> _THE DATA_
****************************************
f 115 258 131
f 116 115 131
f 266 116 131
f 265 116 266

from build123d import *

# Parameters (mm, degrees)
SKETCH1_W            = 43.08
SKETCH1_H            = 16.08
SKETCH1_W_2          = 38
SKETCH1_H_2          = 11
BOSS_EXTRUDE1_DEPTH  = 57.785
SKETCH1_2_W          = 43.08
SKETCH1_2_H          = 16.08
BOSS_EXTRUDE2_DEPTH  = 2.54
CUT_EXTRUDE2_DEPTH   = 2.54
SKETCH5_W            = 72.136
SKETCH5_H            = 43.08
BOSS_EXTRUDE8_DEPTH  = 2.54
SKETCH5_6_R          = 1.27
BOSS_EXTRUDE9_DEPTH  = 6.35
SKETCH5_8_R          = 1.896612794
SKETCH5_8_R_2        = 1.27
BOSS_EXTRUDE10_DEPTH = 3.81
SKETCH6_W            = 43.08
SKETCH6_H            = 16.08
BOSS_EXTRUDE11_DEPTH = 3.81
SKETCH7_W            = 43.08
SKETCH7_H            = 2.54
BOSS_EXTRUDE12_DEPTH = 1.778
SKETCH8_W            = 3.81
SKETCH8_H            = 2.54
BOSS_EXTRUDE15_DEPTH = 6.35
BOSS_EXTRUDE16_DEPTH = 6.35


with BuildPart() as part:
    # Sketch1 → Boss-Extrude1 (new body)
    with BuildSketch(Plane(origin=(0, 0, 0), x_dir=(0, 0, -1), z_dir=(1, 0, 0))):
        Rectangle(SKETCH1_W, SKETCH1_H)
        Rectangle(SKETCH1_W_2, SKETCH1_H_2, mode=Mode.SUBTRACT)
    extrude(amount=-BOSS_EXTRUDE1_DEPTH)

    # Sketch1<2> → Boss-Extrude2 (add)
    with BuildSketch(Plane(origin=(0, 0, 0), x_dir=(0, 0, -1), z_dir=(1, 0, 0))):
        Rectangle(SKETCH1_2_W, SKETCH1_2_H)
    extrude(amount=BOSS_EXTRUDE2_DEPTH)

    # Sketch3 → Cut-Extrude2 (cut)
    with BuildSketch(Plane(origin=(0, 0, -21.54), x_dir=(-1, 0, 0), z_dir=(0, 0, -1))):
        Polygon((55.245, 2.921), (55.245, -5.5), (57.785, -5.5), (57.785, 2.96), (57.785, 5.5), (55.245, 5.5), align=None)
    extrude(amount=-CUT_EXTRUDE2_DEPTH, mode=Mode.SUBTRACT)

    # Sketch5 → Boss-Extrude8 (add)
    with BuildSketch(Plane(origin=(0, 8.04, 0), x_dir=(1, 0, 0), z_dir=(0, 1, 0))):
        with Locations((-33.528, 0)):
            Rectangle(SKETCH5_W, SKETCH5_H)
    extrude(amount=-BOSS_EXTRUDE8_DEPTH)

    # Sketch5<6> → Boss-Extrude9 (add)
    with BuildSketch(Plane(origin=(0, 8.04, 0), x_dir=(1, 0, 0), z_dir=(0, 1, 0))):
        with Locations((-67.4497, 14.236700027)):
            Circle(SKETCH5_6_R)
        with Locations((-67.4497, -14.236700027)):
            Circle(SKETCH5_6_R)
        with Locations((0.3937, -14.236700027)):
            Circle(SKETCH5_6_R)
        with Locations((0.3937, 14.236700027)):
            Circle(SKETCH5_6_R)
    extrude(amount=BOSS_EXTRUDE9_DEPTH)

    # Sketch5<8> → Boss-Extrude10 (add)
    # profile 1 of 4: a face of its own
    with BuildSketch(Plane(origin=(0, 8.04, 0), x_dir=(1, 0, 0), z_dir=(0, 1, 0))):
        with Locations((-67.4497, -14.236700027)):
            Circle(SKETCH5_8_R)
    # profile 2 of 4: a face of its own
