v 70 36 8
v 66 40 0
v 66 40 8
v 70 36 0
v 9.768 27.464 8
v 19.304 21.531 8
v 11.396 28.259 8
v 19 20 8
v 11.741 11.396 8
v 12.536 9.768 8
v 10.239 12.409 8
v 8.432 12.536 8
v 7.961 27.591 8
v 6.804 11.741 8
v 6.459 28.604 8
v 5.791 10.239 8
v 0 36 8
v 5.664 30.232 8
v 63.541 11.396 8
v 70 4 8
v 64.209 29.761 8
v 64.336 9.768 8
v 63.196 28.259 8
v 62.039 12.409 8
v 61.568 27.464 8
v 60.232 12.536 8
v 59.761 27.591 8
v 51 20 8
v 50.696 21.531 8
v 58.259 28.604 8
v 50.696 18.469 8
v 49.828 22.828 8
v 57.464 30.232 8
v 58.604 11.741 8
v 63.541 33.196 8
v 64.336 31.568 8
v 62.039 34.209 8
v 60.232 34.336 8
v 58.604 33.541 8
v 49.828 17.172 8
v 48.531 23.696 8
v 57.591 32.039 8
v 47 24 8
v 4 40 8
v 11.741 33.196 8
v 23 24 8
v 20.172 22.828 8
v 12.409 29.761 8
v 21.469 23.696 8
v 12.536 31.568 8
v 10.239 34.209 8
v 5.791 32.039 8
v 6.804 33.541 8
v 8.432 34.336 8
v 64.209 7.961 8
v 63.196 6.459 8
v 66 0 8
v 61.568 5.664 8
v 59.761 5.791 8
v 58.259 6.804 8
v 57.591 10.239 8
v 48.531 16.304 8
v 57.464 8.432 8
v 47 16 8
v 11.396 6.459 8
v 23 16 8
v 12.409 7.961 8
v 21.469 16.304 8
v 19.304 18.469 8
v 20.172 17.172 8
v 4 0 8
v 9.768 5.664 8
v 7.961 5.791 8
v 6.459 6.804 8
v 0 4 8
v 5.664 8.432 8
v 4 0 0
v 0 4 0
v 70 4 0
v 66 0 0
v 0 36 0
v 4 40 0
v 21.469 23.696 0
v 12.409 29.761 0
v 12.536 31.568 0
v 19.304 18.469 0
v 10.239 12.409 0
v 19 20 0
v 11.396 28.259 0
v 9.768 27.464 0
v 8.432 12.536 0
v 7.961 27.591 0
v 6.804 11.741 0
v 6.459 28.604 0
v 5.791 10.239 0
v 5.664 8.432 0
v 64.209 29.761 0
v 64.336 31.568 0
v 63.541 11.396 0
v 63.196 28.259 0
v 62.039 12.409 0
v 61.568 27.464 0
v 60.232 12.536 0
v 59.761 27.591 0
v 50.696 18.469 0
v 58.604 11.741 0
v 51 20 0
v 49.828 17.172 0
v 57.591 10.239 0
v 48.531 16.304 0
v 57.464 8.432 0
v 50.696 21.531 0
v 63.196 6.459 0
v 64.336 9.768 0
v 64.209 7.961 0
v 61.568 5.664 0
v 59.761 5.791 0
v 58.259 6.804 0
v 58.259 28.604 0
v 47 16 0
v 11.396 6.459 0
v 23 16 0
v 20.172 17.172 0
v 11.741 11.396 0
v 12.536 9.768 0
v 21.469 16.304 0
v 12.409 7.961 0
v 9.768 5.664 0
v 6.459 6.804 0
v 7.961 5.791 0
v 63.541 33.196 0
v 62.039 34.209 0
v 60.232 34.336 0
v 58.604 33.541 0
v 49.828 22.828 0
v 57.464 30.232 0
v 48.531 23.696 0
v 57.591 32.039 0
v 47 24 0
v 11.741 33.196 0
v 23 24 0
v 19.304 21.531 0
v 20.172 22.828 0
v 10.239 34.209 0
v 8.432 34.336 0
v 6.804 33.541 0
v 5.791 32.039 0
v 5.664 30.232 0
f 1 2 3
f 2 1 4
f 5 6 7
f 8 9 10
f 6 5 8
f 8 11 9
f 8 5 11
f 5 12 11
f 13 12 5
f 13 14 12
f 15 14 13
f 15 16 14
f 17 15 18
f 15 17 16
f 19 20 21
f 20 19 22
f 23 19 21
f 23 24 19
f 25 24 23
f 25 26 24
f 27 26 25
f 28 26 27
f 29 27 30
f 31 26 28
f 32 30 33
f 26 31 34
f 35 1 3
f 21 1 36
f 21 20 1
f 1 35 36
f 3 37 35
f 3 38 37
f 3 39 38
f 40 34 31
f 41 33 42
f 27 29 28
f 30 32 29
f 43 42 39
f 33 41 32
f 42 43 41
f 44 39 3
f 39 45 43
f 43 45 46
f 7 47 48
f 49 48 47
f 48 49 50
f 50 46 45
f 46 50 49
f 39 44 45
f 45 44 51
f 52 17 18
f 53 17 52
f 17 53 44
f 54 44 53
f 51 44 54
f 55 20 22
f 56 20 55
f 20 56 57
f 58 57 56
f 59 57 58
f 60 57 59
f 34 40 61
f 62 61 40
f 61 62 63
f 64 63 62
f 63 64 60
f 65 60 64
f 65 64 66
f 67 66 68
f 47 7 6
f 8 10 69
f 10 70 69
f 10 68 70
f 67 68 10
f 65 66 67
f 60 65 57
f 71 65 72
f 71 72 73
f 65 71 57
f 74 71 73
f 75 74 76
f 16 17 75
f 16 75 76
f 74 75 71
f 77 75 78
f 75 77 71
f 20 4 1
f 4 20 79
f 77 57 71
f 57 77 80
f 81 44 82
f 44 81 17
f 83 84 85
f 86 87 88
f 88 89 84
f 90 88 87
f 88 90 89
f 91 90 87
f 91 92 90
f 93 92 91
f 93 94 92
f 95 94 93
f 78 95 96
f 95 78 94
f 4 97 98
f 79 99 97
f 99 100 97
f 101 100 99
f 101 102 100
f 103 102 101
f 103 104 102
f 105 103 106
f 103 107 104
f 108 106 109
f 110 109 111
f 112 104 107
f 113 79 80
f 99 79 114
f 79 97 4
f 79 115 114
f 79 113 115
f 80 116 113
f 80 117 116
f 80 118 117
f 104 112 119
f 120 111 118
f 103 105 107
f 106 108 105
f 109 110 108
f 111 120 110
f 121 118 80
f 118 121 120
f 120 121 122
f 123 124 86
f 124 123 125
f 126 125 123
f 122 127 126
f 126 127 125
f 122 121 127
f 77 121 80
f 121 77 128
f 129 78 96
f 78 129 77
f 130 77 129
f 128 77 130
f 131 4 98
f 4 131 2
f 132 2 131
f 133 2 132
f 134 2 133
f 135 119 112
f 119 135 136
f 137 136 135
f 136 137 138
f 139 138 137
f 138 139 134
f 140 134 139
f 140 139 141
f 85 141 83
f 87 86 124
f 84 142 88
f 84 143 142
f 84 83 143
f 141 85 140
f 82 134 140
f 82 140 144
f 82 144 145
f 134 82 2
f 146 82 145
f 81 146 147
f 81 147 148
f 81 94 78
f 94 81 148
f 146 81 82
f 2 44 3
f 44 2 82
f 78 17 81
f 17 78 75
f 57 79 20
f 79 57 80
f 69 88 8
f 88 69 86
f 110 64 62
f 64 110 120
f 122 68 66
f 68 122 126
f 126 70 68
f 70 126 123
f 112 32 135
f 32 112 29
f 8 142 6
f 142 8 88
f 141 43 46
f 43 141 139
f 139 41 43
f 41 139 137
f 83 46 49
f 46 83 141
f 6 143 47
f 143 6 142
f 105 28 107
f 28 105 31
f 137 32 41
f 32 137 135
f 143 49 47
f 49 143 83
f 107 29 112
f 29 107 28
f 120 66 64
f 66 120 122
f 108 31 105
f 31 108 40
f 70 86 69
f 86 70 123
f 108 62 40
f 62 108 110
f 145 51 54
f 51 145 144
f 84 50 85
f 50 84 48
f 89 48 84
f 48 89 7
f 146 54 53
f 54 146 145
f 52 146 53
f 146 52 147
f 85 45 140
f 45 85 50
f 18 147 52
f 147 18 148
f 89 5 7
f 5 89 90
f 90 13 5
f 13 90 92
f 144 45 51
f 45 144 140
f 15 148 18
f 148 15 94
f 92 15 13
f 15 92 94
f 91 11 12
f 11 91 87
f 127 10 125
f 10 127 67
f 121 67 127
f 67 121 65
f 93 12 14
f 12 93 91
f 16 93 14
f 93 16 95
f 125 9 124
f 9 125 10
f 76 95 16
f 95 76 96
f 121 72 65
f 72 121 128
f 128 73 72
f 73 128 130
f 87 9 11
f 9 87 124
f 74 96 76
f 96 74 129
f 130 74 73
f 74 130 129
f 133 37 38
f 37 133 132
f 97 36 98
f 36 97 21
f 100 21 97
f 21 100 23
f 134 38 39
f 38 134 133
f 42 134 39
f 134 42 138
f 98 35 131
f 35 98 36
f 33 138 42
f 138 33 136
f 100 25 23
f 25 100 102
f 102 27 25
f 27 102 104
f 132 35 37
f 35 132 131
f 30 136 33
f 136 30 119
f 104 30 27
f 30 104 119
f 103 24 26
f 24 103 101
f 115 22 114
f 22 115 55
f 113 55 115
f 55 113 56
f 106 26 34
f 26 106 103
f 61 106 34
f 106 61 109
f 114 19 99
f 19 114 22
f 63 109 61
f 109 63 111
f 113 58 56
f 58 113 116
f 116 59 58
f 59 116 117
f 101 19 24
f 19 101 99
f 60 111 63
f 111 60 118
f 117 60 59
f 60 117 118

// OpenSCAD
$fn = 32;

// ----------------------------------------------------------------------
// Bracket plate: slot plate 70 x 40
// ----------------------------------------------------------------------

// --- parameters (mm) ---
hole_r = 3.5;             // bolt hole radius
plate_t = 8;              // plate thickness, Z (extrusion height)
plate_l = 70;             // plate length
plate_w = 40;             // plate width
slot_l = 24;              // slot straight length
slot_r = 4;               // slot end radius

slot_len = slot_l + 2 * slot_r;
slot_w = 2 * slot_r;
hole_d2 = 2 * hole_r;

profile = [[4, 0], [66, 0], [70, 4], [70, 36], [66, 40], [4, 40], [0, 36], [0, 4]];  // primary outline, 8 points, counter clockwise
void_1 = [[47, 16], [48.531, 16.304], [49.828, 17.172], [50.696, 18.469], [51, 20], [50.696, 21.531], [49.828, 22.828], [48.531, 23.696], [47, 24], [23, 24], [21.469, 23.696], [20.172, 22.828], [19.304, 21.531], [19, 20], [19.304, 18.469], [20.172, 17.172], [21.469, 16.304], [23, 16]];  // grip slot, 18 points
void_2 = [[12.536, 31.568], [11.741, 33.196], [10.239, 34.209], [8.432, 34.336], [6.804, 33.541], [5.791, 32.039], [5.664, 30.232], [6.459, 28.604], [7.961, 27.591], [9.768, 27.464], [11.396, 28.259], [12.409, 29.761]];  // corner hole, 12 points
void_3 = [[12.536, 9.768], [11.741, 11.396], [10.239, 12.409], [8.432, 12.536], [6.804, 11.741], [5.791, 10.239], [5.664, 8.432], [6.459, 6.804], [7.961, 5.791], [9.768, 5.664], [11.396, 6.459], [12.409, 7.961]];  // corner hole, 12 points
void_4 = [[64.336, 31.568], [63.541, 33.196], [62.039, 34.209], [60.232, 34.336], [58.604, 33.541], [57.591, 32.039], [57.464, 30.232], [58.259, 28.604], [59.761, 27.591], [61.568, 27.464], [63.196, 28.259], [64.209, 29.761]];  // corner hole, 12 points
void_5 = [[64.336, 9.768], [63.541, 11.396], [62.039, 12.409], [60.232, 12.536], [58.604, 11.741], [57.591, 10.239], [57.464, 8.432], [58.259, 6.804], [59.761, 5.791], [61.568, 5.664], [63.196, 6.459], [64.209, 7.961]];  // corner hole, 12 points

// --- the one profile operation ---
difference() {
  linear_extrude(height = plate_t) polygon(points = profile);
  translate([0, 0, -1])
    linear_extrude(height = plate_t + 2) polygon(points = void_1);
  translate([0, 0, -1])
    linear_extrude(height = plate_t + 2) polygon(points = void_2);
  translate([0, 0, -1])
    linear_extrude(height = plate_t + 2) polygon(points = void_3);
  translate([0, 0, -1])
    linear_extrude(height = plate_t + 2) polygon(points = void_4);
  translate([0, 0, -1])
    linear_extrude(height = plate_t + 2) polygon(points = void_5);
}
****************************************
Every line of the records above where the string "amount" is found should be copied.

    extrude(amount=-BOSS_EXTRUDE1_DEPTH)
    extrude(amount=BOSS_EXTRUDE2_DEPTH)
    extrude(amount=-CUT_EXTRUDE2_DEPTH, mode=Mode.SUBTRACT)
    extrude(amount=-BOSS_EXTRUDE8_DEPTH)
    extrude(amount=BOSS_EXTRUDE9_DEPTH)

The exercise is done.